TASK INSTRUCTIONS
Return the records below word for word.
Segment Open
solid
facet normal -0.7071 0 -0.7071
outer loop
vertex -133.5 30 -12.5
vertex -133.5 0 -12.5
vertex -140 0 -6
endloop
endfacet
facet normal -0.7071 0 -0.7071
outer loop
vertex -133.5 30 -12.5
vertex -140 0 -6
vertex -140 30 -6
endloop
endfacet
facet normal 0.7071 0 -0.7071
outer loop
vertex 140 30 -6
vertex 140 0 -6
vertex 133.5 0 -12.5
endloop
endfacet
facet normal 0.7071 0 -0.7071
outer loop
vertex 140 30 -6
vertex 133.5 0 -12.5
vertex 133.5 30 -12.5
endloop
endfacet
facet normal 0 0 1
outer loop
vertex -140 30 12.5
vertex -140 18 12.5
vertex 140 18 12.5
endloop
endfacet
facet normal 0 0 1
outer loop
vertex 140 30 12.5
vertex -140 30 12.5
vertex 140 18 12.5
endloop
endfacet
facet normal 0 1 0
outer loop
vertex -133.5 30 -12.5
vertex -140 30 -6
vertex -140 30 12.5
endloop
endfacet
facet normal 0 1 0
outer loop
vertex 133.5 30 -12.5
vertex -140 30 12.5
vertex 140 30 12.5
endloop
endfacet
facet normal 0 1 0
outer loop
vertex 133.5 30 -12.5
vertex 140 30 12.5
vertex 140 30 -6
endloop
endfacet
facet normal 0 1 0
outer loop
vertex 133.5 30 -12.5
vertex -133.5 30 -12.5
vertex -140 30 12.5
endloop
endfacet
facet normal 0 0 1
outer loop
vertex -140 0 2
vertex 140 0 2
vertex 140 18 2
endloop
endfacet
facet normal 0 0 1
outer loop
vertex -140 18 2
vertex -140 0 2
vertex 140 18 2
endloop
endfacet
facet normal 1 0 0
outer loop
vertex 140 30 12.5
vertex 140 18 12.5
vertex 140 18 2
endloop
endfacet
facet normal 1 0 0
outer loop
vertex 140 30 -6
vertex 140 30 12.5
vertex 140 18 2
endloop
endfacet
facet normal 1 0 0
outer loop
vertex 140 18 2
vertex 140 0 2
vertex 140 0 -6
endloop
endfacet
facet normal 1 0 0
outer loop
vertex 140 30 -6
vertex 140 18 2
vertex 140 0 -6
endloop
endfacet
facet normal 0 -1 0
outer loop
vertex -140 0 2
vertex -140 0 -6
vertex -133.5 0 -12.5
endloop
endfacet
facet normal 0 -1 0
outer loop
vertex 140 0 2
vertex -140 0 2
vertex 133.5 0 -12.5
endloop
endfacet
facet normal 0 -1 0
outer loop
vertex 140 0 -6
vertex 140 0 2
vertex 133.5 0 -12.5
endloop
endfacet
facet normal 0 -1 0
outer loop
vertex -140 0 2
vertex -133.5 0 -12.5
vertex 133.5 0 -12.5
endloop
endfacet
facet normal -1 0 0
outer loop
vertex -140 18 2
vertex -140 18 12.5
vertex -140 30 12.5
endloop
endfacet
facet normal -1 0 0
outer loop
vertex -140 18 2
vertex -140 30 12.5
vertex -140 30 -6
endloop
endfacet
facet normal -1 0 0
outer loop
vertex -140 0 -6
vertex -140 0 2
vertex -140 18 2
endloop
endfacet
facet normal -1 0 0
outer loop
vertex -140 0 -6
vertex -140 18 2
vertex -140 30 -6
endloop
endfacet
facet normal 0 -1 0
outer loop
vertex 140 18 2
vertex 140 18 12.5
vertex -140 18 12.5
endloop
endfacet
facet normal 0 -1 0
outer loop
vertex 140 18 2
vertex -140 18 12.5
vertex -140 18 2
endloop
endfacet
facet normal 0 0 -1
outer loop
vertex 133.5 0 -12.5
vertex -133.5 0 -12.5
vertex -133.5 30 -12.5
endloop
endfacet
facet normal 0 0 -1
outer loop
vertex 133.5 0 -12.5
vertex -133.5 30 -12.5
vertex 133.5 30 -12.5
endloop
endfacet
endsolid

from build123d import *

# Parameters (mm, degrees)
SKETCH1_W           = 280
SKETCH1_H           = 25
BOSS_EXTRUDE1_DEPTH = 30
SKETCH2_W           = 10.5
SKETCH2_H           = 18
CUT_EXTRUDE1_DEPTH  = 300
CHAMFER1_SIZE       = 6.5


with BuildPart() as part:
    # Sketch1 → Boss-Extrude1 (new body)
    with BuildSketch(Plane(origin=(0, 0, 0), x_dir=(1, 0, 0), z_dir=(0, 1, 0))):
        Rectangle(SKETCH1_W, SKETCH1_H)
    extrude(amount=BOSS_EXTRUDE1_DEPTH)

    # Sketch2 → Cut-Extrude1 (cut)
    with BuildSketch(Plane(origin=(140, 0, 0), x_dir=(0, 0, -1), z_dir=(1, 0, 0))):
        with Locations((-7.25, 9)):
            Rectangle(SKETCH2_W, SKETCH2_H)
    extrude(amount=-CUT_EXTRUDE1_DEPTH, mode=Mode.SUBTRACT)

    # Chamfer1
    chamfer1_edges = [part.edges().sort_by_distance(p)[0] for p in [
        (-140, 15, -12.5),
        (140, 15, -12.5),
    ]]
    chamfer(chamfer1_edges, length=CHAMFER1_SIZE)


solid = part.part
Segment Closed
TASK RESULT
solid
facet normal -0.7071 0 -0.7071
outer loop
vertex -133.5 30 -12.5
vertex -133.5 0 -12.5
vertex -140 0 -6
endloop
endfacet
facet normal -0.7071 0 -0.7071
outer loop
vertex -133.5 30 -12.5
vertex -140 0 -6
vertex -140 30 -6
endloop
endfacet
facet normal 0.7071 0 -0.7071
outer loop
vertex 140 30 -6
vertex 140 0 -6
vertex 133.5 0 -12.5
endloop
endfacet
facet normal 0.7071 0 -0.7071
outer loop
vertex 140 30 -6
vertex 133.5 0 -12.5
vertex 133.5 30 -12.5
endloop
endfacet
facet normal 0 0 1
outer loop
vertex -140 30 12.5
vertex -140 18 12.5
vertex 140 18 12.5
endloop
endfacet
facet normal 0 0 1
outer loop
vertex 140 30 12.5
vertex -140 30 12.5
vertex 140 18 12.5
endloop
endfacet
facet normal 0 1 0
outer loop
vertex -133.5 30 -12.5
vertex -140 30 -6
vertex -140 30 12.5
endloop
endfacet
facet normal 0 1 0
outer loop
vertex 133.5 30 -12.5
vertex -140 30 12.5
vertex 140 30 12.5
endloop
endfacet
facet normal 0 1 0
outer loop
vertex 133.5 30 -12.5
vertex 140 30 12.5
vertex 140 30 -6
endloop
endfacet
facet normal 0 1 0
outer loop
vertex 133.5 30 -12.5
vertex -133.5 30 -12.5
vertex -140 30 12.5
endloop
endfacet
facet normal 0 0 1
outer loop
vertex -140 0 2
vertex 140 0 2
vertex 140 18 2
endloop
endfacet
facet normal 0 0 1
outer loop
vertex -140 18 2
vertex -140 0 2
vertex 140 18 2
endloop
endfacet
facet normal 1 0 0
outer loop
vertex 140 30 12.5
vertex 140 18 12.5
vertex 140 18 2
endloop
endfacet
facet normal 1 0 0
outer loop
vertex 140 30 -6
vertex 140 30 12.5
vertex 140 18 2
endloop
endfacet
facet normal 1 0 0
outer loop
vertex 140 18 2
vertex 140 0 2
vertex 140 0 -6
endloop
endfacet
facet normal 1 0 0
outer loop
vertex 140 30 -6
vertex 140 18 2
vertex 140 0 -6
endloop
endfacet
facet normal 0 -1 0
outer loop
vertex -140 0 2
vertex -140 0 -6
vertex -133.5 0 -12.5
endloop
endfacet
facet normal 0 -1 0
outer loop
vertex 140 0 2
vertex -140 0 2
vertex 133.5 0 -12.5
endloop
endfacet
facet normal 0 -1 0
outer loop
vertex 140 0 -6
vertex 140 0 2
vertex 133.5 0 -12.5
endloop
endfacet
facet normal 0 -1 0
outer loop
vertex -140 0 2
vertex -133.5 0 -12.5
vertex 133.5 0 -12.5
endloop
endfacet
facet normal -1 0 0
outer loop
vertex -140 18 2
vertex -140 18 12.5
vertex -140 30 12.5
endloop
endfacet
facet normal -1 0 0
outer loop
vertex -140 18 2
vertex -140 30 12.5
vertex -140 30 -6
endloop
endfacet
facet normal -1 0 0
outer loop
vertex -140 0 -6
vertex -140 0 2
vertex -140 18 2
endloop
endfacet
facet normal -1 0 0
outer loop
vertex -140 0 -6
vertex -140 18 2
vertex -140 30 -6
endloop
endfacet
facet normal 0 -1 0
outer loop
vertex 140 18 2
vertex 140 18 12.5
vertex -140 18 12.5
endloop
endfacet
facet normal 0 -1 0
outer loop
vertex 140 18 2
vertex -140 18 12.5
vertex -140 18 2
endloop
endfacet
facet normal 0 0 -1
outer loop
vertex 133.5 0 -12.5
vertex -133.5 0 -12.5
vertex -133.5 30 -12.5
endloop
endfacet
facet normal 0 0 -1
outer loop
vertex 133.5 0 -12.5
vertex -133.5 30 -12.5
vertex 133.5 30 -12.5
endloop
endfacet
endsolid

from build123d import *

# Parameters (mm, degrees)
SKETCH1_W           = 280
SKETCH1_H           = 25
BOSS_EXTRUDE1_DEPTH = 30
SKETCH2_W           = 10.5
SKETCH2_H           = 18
CUT_EXTRUDE1_DEPTH  = 300
CHAMFER1_SIZE       = 6.5


with BuildPart() as part:
    # Sketch1 → Boss-Extrude1 (new body)
    with BuildSketch(Plane(origin=(0, 0, 0), x_dir=(1, 0, 0), z_dir=(0, 1, 0))):
        Rectangle(SKETCH1_W, SKETCH1_H)
    extrude(amount=BOSS_EXTRUDE1_DEPTH)

    # Sketch2 → Cut-Extrude1 (cut)
    with BuildSketch(Plane(origin=(140, 0, 0), x_dir=(0, 0, -1), z_dir=(1, 0, 0))):
        with Locations((-7.25, 9)):
            Rectangle(SKETCH2_W, SKETCH2_H)
    extrude(amount=-CUT_EXTRUDE1_DEPTH, mode=Mode.SUBTRACT)

    # Chamfer1
    chamfer1_edges = [part.edges().sort_by_distance(p)[0] for p in [
        (-140, 15, -12.5),
        (140, 15, -12.5),
    ]]
    chamfer(chamfer1_edges, length=CHAMFER1_SIZE)


solid = part.part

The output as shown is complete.